Switzerland wins this category for the stunner of a dress that Anna Rossinelli performs in on stage. The dress is a short, maroon dress which kind of puffs out in all the right places, and cinches in at all the right places. The colour is absolutely stunning on her, and suits her hair colour. When I watched this as a teeny bopper, I was amazed by this dress and wanted it so bad to wear to my school formal (prom) because I was just in awe of how good it looks, and it still sticks in my memory today.
Now onto the other side of the spectrum, where Turkey, a usually quite successful nation took a tumble down in 2011, and failed to qualify for the final. I can completely attribute this to the costumes and staging they chose, which was pretty average, especially after MaNga’s success the previous year. Just like the bright purple and green combo from 2008, Turkey creates a new colour combo which just doesn’t hit the spot. It’s a mixture of black and light green, with some gold details. This could have been so much more impressive if they had the staging and costuming right, but that’s hindsight for you!
Best Live Vocals
There were a number of acts which stood out to me in 2011 for best vocals, but unfortunately I have to choose only one – except that I can’t actually just choose one! So, the three that most stand out to me are Austria, Slovenia and Ukraine – Girl Power!
I’ll start off with Austria, who is represented by Nadine Beiler, an absolute vocal powerhouse. She begins her song The Secret is Love without music, so all you’ve got is her voice, and from that moment you know that the rest of the song is going to be something special. She has some pretty difficult notes in there and she performs them with a quiet confidence.

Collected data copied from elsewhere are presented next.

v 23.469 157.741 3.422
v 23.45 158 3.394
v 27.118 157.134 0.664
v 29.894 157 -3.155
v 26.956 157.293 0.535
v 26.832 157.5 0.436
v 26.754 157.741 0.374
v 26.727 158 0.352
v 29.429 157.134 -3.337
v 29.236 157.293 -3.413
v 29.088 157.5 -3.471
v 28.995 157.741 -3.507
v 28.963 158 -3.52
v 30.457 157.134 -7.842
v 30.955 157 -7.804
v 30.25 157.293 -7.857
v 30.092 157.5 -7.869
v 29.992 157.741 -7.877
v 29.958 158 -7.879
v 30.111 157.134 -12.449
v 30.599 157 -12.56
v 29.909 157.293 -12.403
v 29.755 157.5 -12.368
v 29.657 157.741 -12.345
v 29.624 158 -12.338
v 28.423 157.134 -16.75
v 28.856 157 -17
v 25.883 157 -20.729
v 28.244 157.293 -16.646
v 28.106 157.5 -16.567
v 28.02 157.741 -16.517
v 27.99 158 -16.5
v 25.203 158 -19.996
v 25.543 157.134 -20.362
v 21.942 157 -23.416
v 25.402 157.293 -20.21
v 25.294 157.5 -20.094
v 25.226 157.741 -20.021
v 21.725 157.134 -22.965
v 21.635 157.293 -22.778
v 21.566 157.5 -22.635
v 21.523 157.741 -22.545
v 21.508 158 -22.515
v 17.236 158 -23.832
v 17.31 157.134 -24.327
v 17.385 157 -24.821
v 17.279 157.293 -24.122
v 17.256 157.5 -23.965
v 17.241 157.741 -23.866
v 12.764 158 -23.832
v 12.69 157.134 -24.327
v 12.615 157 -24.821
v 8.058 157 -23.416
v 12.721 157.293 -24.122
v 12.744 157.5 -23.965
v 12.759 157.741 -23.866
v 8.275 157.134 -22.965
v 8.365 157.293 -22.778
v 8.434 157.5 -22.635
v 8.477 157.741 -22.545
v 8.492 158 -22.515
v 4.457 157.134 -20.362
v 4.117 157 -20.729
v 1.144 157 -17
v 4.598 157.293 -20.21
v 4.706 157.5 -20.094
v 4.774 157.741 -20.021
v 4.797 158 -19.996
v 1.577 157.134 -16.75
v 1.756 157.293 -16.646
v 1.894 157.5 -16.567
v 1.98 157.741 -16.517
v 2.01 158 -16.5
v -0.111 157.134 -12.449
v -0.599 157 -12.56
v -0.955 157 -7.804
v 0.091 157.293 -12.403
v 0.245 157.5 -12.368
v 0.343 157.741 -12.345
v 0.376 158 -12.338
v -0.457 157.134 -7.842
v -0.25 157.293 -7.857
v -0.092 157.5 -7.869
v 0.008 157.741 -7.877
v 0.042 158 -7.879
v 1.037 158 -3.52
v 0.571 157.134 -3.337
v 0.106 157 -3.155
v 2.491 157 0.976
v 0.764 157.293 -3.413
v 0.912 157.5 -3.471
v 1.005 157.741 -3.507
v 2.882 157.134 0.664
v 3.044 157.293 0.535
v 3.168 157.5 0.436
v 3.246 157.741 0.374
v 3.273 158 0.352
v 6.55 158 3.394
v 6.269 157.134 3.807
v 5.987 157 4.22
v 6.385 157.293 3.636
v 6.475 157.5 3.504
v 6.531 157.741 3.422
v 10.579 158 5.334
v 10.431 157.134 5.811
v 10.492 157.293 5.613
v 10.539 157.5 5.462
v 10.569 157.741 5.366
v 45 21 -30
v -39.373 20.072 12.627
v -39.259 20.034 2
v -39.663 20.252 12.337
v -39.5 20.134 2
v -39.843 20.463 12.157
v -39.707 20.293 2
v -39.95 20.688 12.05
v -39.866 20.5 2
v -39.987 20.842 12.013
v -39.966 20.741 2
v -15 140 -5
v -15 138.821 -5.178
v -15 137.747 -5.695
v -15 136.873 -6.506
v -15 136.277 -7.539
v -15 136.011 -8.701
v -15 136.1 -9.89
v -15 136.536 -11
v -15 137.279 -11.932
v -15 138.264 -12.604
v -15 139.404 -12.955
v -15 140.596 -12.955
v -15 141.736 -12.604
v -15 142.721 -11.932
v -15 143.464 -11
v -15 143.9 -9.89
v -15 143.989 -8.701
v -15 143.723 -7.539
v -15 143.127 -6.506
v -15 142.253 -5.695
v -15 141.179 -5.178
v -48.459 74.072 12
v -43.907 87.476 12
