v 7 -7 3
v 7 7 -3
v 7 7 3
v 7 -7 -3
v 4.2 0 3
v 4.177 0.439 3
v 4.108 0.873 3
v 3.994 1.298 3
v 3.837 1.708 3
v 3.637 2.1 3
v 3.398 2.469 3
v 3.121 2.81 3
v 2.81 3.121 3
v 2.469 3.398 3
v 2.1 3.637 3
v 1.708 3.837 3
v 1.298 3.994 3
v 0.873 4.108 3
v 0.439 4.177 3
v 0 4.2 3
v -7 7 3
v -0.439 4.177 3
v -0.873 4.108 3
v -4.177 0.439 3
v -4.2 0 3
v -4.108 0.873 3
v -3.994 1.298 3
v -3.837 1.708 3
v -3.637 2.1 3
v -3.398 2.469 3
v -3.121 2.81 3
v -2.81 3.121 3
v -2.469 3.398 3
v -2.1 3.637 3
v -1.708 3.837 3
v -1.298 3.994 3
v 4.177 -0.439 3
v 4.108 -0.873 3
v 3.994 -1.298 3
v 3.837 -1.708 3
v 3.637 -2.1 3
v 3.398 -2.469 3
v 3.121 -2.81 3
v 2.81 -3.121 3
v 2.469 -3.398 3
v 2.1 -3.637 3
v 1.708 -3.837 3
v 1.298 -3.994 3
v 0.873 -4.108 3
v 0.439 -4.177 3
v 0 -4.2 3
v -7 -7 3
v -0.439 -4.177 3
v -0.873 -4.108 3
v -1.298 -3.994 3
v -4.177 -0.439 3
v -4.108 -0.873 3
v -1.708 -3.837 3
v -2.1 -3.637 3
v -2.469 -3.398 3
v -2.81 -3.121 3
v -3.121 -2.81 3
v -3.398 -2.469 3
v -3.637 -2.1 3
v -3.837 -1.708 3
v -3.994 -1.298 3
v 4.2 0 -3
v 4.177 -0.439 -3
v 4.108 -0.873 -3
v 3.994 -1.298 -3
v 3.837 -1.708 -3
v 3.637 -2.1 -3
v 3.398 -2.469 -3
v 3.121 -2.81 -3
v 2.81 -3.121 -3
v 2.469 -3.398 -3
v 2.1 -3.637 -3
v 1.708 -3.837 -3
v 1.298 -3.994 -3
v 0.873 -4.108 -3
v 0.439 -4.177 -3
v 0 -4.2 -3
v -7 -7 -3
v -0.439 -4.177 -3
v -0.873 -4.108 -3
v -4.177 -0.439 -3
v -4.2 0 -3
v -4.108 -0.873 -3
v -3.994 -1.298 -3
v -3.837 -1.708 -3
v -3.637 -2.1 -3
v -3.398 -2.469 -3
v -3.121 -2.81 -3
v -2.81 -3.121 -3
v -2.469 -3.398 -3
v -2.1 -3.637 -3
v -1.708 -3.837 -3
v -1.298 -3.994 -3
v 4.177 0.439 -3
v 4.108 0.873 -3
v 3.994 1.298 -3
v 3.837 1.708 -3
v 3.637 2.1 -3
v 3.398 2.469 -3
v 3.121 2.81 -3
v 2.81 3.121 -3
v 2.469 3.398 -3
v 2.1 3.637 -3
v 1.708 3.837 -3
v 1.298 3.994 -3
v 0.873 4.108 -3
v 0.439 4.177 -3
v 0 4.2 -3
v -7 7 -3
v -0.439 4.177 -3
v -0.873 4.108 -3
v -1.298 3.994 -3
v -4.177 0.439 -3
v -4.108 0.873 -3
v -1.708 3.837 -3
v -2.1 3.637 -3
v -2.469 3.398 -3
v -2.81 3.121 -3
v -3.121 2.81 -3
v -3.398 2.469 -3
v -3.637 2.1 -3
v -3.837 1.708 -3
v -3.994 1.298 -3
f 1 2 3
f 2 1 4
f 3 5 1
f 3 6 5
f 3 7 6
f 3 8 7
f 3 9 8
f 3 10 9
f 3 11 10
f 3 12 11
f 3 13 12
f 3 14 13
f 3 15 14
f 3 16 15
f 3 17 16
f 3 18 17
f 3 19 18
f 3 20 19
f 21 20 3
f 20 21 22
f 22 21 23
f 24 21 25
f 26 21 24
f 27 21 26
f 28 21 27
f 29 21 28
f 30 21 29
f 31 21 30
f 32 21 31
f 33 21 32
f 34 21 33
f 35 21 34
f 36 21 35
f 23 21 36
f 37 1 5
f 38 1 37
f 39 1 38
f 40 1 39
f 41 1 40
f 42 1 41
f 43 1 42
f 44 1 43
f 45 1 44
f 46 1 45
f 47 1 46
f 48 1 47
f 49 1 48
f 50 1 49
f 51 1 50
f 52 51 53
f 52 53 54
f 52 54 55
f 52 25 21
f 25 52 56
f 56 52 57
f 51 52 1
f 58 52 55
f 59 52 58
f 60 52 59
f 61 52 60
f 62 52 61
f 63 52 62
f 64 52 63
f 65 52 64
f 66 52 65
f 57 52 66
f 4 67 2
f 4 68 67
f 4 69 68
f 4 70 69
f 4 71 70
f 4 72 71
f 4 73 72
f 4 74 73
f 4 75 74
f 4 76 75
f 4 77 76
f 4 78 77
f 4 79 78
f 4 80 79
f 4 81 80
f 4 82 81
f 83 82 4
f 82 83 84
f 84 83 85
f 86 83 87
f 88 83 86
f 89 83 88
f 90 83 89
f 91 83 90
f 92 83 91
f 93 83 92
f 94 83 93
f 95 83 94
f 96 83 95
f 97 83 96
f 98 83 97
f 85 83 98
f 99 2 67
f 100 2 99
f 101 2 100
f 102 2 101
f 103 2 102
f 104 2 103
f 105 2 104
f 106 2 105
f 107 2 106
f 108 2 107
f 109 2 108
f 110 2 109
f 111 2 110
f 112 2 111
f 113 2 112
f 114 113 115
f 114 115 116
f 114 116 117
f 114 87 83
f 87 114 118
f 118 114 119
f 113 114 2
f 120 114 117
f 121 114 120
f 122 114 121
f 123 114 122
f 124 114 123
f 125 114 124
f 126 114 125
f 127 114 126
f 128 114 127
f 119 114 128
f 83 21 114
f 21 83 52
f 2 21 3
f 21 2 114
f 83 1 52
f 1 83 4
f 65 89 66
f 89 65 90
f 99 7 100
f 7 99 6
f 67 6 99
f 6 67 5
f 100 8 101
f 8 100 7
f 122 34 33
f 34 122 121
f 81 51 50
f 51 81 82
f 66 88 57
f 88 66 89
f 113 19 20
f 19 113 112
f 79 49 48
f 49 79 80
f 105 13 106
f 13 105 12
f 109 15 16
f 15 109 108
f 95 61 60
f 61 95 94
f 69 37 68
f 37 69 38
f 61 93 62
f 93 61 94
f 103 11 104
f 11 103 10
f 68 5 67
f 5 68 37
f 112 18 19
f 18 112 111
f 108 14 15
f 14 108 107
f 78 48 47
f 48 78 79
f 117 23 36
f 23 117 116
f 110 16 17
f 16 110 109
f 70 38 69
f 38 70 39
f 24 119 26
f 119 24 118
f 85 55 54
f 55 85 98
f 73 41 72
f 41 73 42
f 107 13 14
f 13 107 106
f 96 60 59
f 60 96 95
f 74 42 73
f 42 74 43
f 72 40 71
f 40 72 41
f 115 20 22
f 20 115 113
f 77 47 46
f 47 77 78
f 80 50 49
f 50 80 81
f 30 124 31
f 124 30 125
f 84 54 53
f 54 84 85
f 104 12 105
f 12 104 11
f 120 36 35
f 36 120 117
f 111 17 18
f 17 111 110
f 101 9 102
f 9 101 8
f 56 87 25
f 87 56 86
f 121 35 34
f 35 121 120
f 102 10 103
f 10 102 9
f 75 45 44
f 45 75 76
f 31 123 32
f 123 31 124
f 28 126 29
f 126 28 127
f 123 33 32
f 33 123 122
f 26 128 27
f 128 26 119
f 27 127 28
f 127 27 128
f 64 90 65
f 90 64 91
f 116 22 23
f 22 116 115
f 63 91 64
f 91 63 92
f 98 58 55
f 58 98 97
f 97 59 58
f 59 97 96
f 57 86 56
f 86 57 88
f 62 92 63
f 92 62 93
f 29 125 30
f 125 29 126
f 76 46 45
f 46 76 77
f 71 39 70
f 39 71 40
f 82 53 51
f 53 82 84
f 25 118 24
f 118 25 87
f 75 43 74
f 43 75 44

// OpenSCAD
// Square nut.
$fn = 60;
eps = 0.02;
thread_d = 8.4;
side = 14;
thickness = 6;
difference() {
    cube([side, side, thickness], center = true);
    translate([0, 0, -thickness / 2 - eps]) cylinder(d = thread_d, h = thickness + 2 * eps);
}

Next up is Ukraine’s Mika Newton, who upon original listen back in 2011, I wasn’t overly impressed. When she ended up in 4th place in the final, I had to give the song a listen a few more times and I realised the fuss about it. Sure, the sand artist certainly helped in the gimmick factor, but we can’t look past how impressive her voice is throughout the entire song. Through the choruses it’s just out of this world, and the final note of the song just tops the cake.

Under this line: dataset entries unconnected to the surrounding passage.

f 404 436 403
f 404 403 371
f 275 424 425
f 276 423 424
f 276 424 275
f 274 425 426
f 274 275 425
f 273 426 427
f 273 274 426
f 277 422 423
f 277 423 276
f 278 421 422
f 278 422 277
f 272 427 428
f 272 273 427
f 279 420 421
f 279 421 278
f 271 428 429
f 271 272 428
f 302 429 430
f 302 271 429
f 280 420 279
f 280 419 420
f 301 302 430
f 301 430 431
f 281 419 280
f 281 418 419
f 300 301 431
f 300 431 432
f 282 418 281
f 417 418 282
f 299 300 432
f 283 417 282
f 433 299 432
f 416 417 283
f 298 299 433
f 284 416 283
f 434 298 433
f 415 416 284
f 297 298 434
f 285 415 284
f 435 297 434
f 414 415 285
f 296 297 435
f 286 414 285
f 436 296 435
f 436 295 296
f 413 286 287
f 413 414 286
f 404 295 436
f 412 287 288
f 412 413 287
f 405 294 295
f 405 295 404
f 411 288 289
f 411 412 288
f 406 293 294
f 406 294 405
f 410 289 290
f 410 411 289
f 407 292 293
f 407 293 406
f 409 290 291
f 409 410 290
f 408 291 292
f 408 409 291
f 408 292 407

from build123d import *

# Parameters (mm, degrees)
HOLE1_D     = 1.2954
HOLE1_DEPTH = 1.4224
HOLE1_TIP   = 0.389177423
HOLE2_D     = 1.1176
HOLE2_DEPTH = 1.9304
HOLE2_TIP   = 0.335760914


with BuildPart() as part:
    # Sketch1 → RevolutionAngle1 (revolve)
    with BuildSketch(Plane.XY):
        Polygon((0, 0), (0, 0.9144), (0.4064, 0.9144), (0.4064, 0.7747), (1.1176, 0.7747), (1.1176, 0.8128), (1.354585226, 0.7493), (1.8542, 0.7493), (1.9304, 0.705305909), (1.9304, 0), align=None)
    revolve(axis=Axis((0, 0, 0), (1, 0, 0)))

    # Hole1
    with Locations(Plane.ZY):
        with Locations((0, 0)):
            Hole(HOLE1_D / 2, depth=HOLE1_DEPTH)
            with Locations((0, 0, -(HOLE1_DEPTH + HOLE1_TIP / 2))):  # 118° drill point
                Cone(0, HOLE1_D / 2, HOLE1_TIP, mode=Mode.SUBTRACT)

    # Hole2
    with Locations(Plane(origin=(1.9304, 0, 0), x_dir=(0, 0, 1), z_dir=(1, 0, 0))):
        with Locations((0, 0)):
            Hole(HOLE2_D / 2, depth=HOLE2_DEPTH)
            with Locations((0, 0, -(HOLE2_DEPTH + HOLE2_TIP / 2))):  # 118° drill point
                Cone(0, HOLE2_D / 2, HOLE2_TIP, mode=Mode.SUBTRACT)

Last on my list of star vocalists is Slovenia’s Maja Keuc, who blows me away every time I watch her performance of No One. Her vocals, and her sassiness on stage is reminiscent of Christina Aguilera, and that can only be a good thing. Europe agreed, as she qualified to the final in 3rd spot. Watching this performance back now, and I’m honestly captivated by how powerful her stage presence is, and how vocally spectacular she is for the entire three minutes. Incredible performance.

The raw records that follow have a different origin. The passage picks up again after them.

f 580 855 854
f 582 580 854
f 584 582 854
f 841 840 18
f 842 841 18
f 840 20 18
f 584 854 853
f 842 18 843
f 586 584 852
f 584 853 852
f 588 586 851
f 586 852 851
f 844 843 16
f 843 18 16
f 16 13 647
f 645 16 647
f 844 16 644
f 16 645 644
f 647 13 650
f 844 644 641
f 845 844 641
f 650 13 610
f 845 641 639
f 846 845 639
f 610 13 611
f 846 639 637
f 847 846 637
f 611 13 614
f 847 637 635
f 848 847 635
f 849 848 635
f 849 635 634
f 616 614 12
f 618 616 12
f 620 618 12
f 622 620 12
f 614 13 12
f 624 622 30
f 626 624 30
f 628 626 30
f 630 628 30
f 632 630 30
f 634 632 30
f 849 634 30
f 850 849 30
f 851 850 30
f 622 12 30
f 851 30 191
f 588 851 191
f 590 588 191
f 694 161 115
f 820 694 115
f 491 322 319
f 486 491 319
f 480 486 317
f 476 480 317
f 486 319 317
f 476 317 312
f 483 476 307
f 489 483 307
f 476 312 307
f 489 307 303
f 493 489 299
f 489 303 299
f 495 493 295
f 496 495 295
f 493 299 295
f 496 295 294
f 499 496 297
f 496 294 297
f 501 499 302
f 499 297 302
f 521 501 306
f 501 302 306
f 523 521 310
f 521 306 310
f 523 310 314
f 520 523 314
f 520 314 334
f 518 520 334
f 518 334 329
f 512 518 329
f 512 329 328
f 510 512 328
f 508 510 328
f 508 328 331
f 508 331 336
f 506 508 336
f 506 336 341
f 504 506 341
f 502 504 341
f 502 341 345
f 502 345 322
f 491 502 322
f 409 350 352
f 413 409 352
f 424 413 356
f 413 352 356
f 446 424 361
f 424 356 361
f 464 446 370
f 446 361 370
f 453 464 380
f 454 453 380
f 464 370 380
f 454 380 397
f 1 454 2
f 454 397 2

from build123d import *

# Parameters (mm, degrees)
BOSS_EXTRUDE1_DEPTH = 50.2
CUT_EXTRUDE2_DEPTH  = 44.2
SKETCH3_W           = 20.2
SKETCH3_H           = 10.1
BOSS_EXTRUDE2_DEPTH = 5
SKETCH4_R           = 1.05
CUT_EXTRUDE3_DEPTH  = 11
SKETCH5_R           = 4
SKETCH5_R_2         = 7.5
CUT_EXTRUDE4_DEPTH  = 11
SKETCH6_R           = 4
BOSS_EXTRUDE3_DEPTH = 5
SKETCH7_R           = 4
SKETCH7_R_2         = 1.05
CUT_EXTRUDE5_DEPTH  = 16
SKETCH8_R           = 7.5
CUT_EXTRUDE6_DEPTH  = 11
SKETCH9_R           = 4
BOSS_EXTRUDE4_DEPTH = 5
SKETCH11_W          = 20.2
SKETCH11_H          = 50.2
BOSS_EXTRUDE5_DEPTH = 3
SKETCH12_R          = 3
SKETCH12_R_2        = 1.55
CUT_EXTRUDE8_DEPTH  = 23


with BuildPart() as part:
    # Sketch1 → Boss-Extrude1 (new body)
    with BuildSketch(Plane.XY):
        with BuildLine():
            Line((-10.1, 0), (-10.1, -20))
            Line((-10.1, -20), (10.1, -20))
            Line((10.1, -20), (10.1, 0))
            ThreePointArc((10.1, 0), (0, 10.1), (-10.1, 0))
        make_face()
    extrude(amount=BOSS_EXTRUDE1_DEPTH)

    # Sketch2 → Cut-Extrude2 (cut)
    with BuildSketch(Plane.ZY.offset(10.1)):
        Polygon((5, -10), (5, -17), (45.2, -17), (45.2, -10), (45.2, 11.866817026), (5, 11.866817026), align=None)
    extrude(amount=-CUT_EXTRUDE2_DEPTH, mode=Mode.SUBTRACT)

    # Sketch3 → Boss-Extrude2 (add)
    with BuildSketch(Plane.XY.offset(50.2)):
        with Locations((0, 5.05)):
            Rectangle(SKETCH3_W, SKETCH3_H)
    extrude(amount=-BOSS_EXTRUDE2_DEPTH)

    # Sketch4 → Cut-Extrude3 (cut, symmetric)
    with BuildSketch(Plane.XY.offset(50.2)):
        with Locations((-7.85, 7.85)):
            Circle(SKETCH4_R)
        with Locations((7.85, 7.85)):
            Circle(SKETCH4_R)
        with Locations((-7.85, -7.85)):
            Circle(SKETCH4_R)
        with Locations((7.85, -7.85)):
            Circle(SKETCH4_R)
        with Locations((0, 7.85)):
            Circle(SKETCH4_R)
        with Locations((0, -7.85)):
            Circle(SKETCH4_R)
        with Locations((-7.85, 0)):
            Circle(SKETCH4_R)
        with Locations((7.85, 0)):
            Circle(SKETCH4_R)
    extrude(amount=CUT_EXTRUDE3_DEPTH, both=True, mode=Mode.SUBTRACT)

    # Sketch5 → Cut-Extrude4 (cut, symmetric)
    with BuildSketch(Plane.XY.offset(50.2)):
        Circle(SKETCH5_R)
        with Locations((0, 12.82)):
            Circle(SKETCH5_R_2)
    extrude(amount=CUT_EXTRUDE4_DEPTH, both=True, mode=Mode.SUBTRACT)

I genuinely remember watching the first semi-final back in 2011 and watching Albania and thinking, ‘wow, this is the best performance I think I’ve ever seen’ – a sentiment which hasn’t totally lasted, simply because I’ve seen a lot of Eurovision performances over the years as I’m sure you all have, but even to this day I think Albania was severely underrated. The performance in terms of the stage show was really energetic, the costuming was stunning – I mean, her hair?! I am in awe of that hair! But most importantly, Aurela’s voice is phenomenal. It has so much power behind it, so when this didn’t make it to the final I was quite disappointed!
The other underrated song for me was Latvia, who was represented by Musiqq and the song Angel in Disguise. It was like the updated version of Walters and Kazha from 2005, but better… but less successful in Eurovision. I don’t really think this performance put a foot wrong. There’s nothing I don’t like about it, and I even still watching it now enjoy the song. Definitely deserved more than 17th place in the semi-final.
Still to this day, I’m bitter about Italy coming second, and losing to, in my opinion, one of the most undeserving winners in Eurovision history. Raphael Gualazzi represented Italy, who was participating for the first time since 1997. This song is perfection. It has a great mix of Italian and English, sung perfectly by Raphael, who is also a wiz on the piano. The staging for the song is simple, and sophisticated which is a word that really well describes the whole package Italy offered. There’s a reason why the juries loved this song, and it definitely deserved to win.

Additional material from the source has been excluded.